About this exercise |
In the data below, find every line that has the string "BuildSketch", and copy it.

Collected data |

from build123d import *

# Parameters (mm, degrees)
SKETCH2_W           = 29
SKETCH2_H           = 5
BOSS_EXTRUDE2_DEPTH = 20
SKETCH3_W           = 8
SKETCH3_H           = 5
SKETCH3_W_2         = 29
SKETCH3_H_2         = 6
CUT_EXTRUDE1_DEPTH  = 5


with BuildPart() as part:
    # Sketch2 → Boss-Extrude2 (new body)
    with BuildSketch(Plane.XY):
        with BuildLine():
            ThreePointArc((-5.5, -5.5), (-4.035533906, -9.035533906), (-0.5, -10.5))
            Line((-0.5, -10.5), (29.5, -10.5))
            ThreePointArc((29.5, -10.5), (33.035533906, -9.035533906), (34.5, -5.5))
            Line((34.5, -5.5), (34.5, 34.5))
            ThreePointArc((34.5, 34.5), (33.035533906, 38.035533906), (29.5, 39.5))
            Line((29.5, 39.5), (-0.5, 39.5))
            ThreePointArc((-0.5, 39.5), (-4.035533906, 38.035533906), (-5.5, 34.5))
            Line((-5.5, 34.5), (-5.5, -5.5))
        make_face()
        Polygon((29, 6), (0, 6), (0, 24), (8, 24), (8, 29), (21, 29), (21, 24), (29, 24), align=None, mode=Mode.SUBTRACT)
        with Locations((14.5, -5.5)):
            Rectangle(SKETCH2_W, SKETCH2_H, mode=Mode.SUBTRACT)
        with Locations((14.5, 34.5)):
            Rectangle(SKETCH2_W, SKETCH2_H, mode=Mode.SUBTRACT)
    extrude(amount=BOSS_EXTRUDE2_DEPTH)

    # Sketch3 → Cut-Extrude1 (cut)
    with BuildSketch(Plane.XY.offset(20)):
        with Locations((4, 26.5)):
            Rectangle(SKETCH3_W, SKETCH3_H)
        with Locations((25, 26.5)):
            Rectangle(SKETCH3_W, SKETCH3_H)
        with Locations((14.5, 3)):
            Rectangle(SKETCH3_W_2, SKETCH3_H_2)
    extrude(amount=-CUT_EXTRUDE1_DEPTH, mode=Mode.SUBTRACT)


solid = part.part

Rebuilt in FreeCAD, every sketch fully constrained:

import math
import FreeCAD as App
import Part
import Sketcher
from FreeCAD import Vector
Q = App.Units.Quantity

doc = App.newDocument("Part")
body = doc.addObject("PartDesign::Body", "Body")

# Sketch on XY plane
sketch1 = body.newObject("Sketcher::SketchObject", "Sketch")
sketch1.AttachmentSupport = (doc.getObject("XY_Plane"), [""])
sketch1.MapMode = "FlatFace"
sketch1.addGeometry([
    Part.ArcOfCircle(Part.Circle(Vector(0, -6, 0), Vector(0, 0, 1), 5), math.radians(180), math.radians(270)),  # 0
    Part.LineSegment(Vector(0, -10, 0), Vector(30, -10, 0)),  # 1
    Part.ArcOfCircle(Part.Circle(Vector(30, -6, 0), Vector(0, 0, 1), 5), math.radians(-90), math.radians(0)),  # 2
    Part.LineSegment(Vector(34, -6, 0), Vector(34, 34, 0)),  # 3
    Part.ArcOfCircle(Part.Circle(Vector(30, 34, 0), Vector(0, 0, 1), 5), math.radians(0), math.radians(90)),  # 4
    Part.LineSegment(Vector(30, 40, 0), Vector(0, 40, 0)),  # 5
    Part.ArcOfCircle(Part.Circle(Vector(0, 34, 0), Vector(0, 0, 1), 5), math.radians(90), math.radians(180)),  # 6
    Part.LineSegment(Vector(-6, 34, 0), Vector(-6, -6, 0)),  # 7
    Part.LineSegment(Vector(29, -8, 0), Vector(0, -8, 0)),  # 8
    Part.LineSegment(Vector(0, -8, 0), Vector(0, -3, 0)),  # 9
    Part.LineSegment(Vector(0, -3, 0), Vector(29, -3, 0)),  # 10
    Part.LineSegment(Vector(29, -3, 0), Vector(29, -8, 0)),  # 11
    Part.LineSegment(Vector(29, 24, 0), Vector(29, 6, 0)),  # 12
    Part.LineSegment(Vector(29, 6, 0), Vector(0, 6, 0)),  # 13
    Part.LineSegment(Vector(0, 6, 0), Vector(0, 24, 0)),  # 14
    Part.LineSegment(Vector(0, 24, 0), Vector(8, 24, 0)),  # 15
    Part.LineSegment(Vector(8, 24, 0), Vector(8, 29, 0)),  # 16
    Part.LineSegment(Vector(8, 29, 0), Vector(21, 29, 0)),  # 17
    Part.LineSegment(Vector(21, 29, 0), Vector(21, 24, 0)),  # 18
    Part.LineSegment(Vector(21, 24, 0), Vector(29, 24, 0)),  # 19
    Part.LineSegment(Vector(29, 32, 0), Vector(0, 32, 0)),  # 20
    Part.LineSegment(Vector(0, 32, 0), Vector(0, 37, 0)),  # 21
    Part.LineSegment(Vector(0, 37, 0), Vector(29, 37, 0)),  # 22
    Part.LineSegment(Vector(29, 37, 0), Vector(29, 32, 0)),  # 23
], False)
sketch1.addConstraint([
    Sketcher.Constraint("Tangent", 0, 2, 1, 1),
    Sketcher.Constraint("Tangent", 1, 2, 2, 1),
    Sketcher.Constraint("Tangent", 2, 2, 3, 1),
    Sketcher.Constraint("Tangent", 3, 2, 4, 1),
    Sketcher.Constraint("Tangent", 4, 2, 5, 1),
    Sketcher.Constraint("Tangent", 5, 2, 6, 1),
    Sketcher.Constraint("Tangent", 6, 2, 7, 1),
    Sketcher.Constraint("Tangent", 7, 2, 0, 1),
    Sketcher.Constraint("Coincident", 8, 2, 9, 1),
    Sketcher.Constraint("Coincident", 9, 2, 10, 1),
    Sketcher.Constraint("Coincident", 10, 2, 11, 1),
    Sketcher.Constraint("Coincident", 11, 2, 8, 1),
    Sketcher.Constraint("Coincident", 12, 2, 13, 1),
    Sketcher.Constraint("Coincident", 13, 2, 14, 1),
    Sketcher.Constraint("Coincident", 14, 2, 15, 1),
    Sketcher.Constraint("Coincident", 15, 2, 16, 1),
    Sketcher.Constraint("Coincident", 16, 2, 17, 1),
    Sketcher.Constraint("Coincident", 17, 2, 18, 1),
    Sketcher.Constraint("Coincident", 18, 2, 19, 1),
    Sketcher.Constraint("Coincident", 19, 2, 12, 1),
    Sketcher.Constraint("Coincident", 20, 2, 21, 1),
    Sketcher.Constraint("Coincident", 21, 2, 22, 1),
    Sketcher.Constraint("Coincident", 22, 2, 23, 1),
    Sketcher.Constraint("Coincident", 23, 2, 20, 1),
    Sketcher.Constraint("Horizontal", 1),
    Sketcher.Constraint("Vertical", 3),
    Sketcher.Constraint("Horizontal", 5),
    Sketcher.Constraint("Vertical", 7),
    Sketcher.Constraint("Horizontal", 8),
    Sketcher.Constraint("Vertical", 9),
    Sketcher.Constraint("Horizontal", 10),
    Sketcher.Constraint("Vertical", 11),
    Sketcher.Constraint("Vertical", 12),
    Sketcher.Constraint("Horizontal", 13),
    Sketcher.Constraint("Vertical", 14),
    Sketcher.Constraint("Horizontal", 15),
    Sketcher.Constraint("Vertical", 16),
    Sketcher.Constraint("Horizontal", 17),
    Sketcher.Constraint("Vertical", 18),
    Sketcher.Constraint("Horizontal", 19),
    Sketcher.Constraint("Horizontal", 20),
    Sketcher.Constraint("Vertical", 21),
    Sketcher.Constraint("Horizontal", 22),
    Sketcher.Constraint("Vertical", 23),
    Sketcher.Constraint("Equal", 0, 2),
    Sketcher.Constraint("Equal", 2, 4),
    Sketcher.Constraint("Equal", 4, 6),
    Sketcher.Constraint("PointOnObject", 8, 2, -2),
    Sketcher.Constraint("PointOnObject", 13, 2, -2),
    Sketcher.Constraint("PointOnObject", 20, 2, -2),
    Sketcher.Constraint("Horizontal", 15, 2, 18, 2),
    Sketcher.Constraint("Vertical", 11, 2, 12, 2),
    Sketcher.Constraint("Vertical", 19, 2, 22, 2),
    Sketcher.Constraint("Equal", 15, 19),
    Sketcher.Constraint("Equal", 11, 16),
    Sketcher.Constraint("Equal", 18, 21),
    Sketcher.Constraint("Radius", 0, Q("5 mm")),
    Sketcher.Constraint("DistanceX", 1, 1, 1, 2, Q("30 mm")),
    Sketcher.Constraint("DistanceX", 8, 2, 8, 1, Q("29 mm")),
    Sketcher.Constraint("DistanceX", 15, 1, 15, 2, Q("8 mm")),
    Sketcher.Constraint("DistanceY", 3, 1, 3, 2, Q("40 mm")),
    Sketcher.Constraint("DistanceY", 9, 1, 9, 2, Q("5 mm")),
    Sketcher.Constraint("DistanceY", 12, 2, 12, 1, Q("18 mm")),
    Sketcher.Constraint("DistanceY", 8, 2, -1, 1, Q("8 mm")),
    Sketcher.Constraint("DistanceY", -1, 1, 12, 2, Q("6 mm")),
    Sketcher.Constraint("DistanceY", -1, 1, 20, 2, Q("32 mm")),
    Sketcher.Constraint("DistanceX", 0, 3, -1, 1, Q("0.5 mm")),
    Sketcher.Constraint("DistanceY", 0, 3, -1, 1, Q("5.5 mm")),
])
pad1 = body.newObject("PartDesign::Pad", "Pad")
pad1.Profile = sketch1
pad1.Length = 20

# Sketch on XY plane
sketch2 = body.newObject("Sketcher::SketchObject", "Sketch001")
sketch2.AttachmentSupport = (doc.getObject("XY_Plane"), [""])
sketch2.MapMode = "FlatFace"
sketch2.AttachmentOffset = App.Placement(Vector(0, 0, 20), App.Rotation())
sketch2.addGeometry([
    Part.LineSegment(Vector(0, 29, 0), Vector(0, 24, 0)),  # 0
    Part.LineSegment(Vector(0, 24, 0), Vector(8, 24, 0)),  # 1
    Part.LineSegment(Vector(8, 24, 0), Vector(8, 29, 0)),  # 2
    Part.LineSegment(Vector(8, 29, 0), Vector(0, 29, 0)),  # 3
    Part.LineSegment(Vector(21, 29, 0), Vector(21, 24, 0)),  # 4
    Part.LineSegment(Vector(21, 24, 0), Vector(29, 24, 0)),  # 5
    Part.LineSegment(Vector(29, 24, 0), Vector(29, 29, 0)),  # 6
    Part.LineSegment(Vector(29, 29, 0), Vector(21, 29, 0)),  # 7
    Part.LineSegment(Vector(0, 6, 0), Vector(0, 0, 0)),  # 8
    Part.LineSegment(Vector(0, 0, 0), Vector(29, 0, 0)),  # 9
    Part.LineSegment(Vector(29, 0, 0), Vector(29, 6, 0)),  # 10
    Part.LineSegment(Vector(29, 6, 0), Vector(0, 6, 0)),  # 11
], False)
sketch2.addConstraint([
    Sketcher.Constraint("Coincident", 0, 2, 1, 1),
    Sketcher.Constraint("Coincident", 1, 2, 2, 1),
    Sketcher.Constraint("Coincident", 2, 2, 3, 1),
    Sketcher.Constraint("Coincident", 3, 2, 0, 1),
    Sketcher.Constraint("Coincident", 4, 2, 5, 1),
    Sketcher.Constraint("Coincident", 5, 2, 6, 1),
    Sketcher.Constraint("Coincident", 6, 2, 7, 1),
    Sketcher.Constraint("Coincident", 7, 2, 4, 1),
    Sketcher.Constraint("Coincident", 8, 2, 9, 1),
    Sketcher.Constraint("Coincident", 9, 2, 10, 1),
    Sketcher.Constraint("Coincident", 10, 2, 11, 1),
    Sketcher.Constraint("Coincident", 11, 2, 8, 1),
    Sketcher.Constraint("Vertical", 0),
    Sketcher.Constraint("Horizontal", 1),
    Sketcher.Constraint("Vertical", 2),
    Sketcher.Constraint("Horizontal", 3),
    Sketcher.Constraint("Vertical", 4),
    Sketcher.Constraint("Horizontal", 5),
    Sketcher.Constraint("Vertical", 6),
    Sketcher.Constraint("Horizontal", 7),
    Sketcher.Constraint("Vertical", 8),
    Sketcher.Constraint("Horizontal", 9),
    Sketcher.Constraint("Vertical", 10),
    Sketcher.Constraint("Horizontal", 11),
    Sketcher.Constraint("Coincident", 8, 2, -1, 1),
    Sketcher.Constraint("PointOnObject", 0, 2, -2),
    Sketcher.Constraint("Horizontal", 1, 2, 4, 2),
    Sketcher.Constraint("Horizontal", 3, 2, 6, 2),
    Sketcher.Constraint("Vertical", 6, 2, 9, 2),
    Sketcher.Constraint("Equal", 3, 5),
    Sketcher.Constraint("DistanceX", 1, 1, 1, 2, Q("8 mm")),
    Sketcher.Constraint("DistanceX", 9, 1, 9, 2, Q("29 mm")),
    Sketcher.Constraint("DistanceY", 0, 2, 0, 1, Q("5 mm")),
    Sketcher.Constraint("DistanceY", 8, 2, 8, 1, Q("6 mm")),
    Sketcher.Constraint("DistanceY", -1, 1, 0, 2, Q("24 mm")),
])
pocket1 = body.newObject("PartDesign::Pocket", "Pocket")
pocket1.Profile = sketch2
pocket1.Length = 5

doc.recompute()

Task answer |
    with BuildSketch(Plane.XY):
    with BuildSketch(Plane.XY.offset(20)):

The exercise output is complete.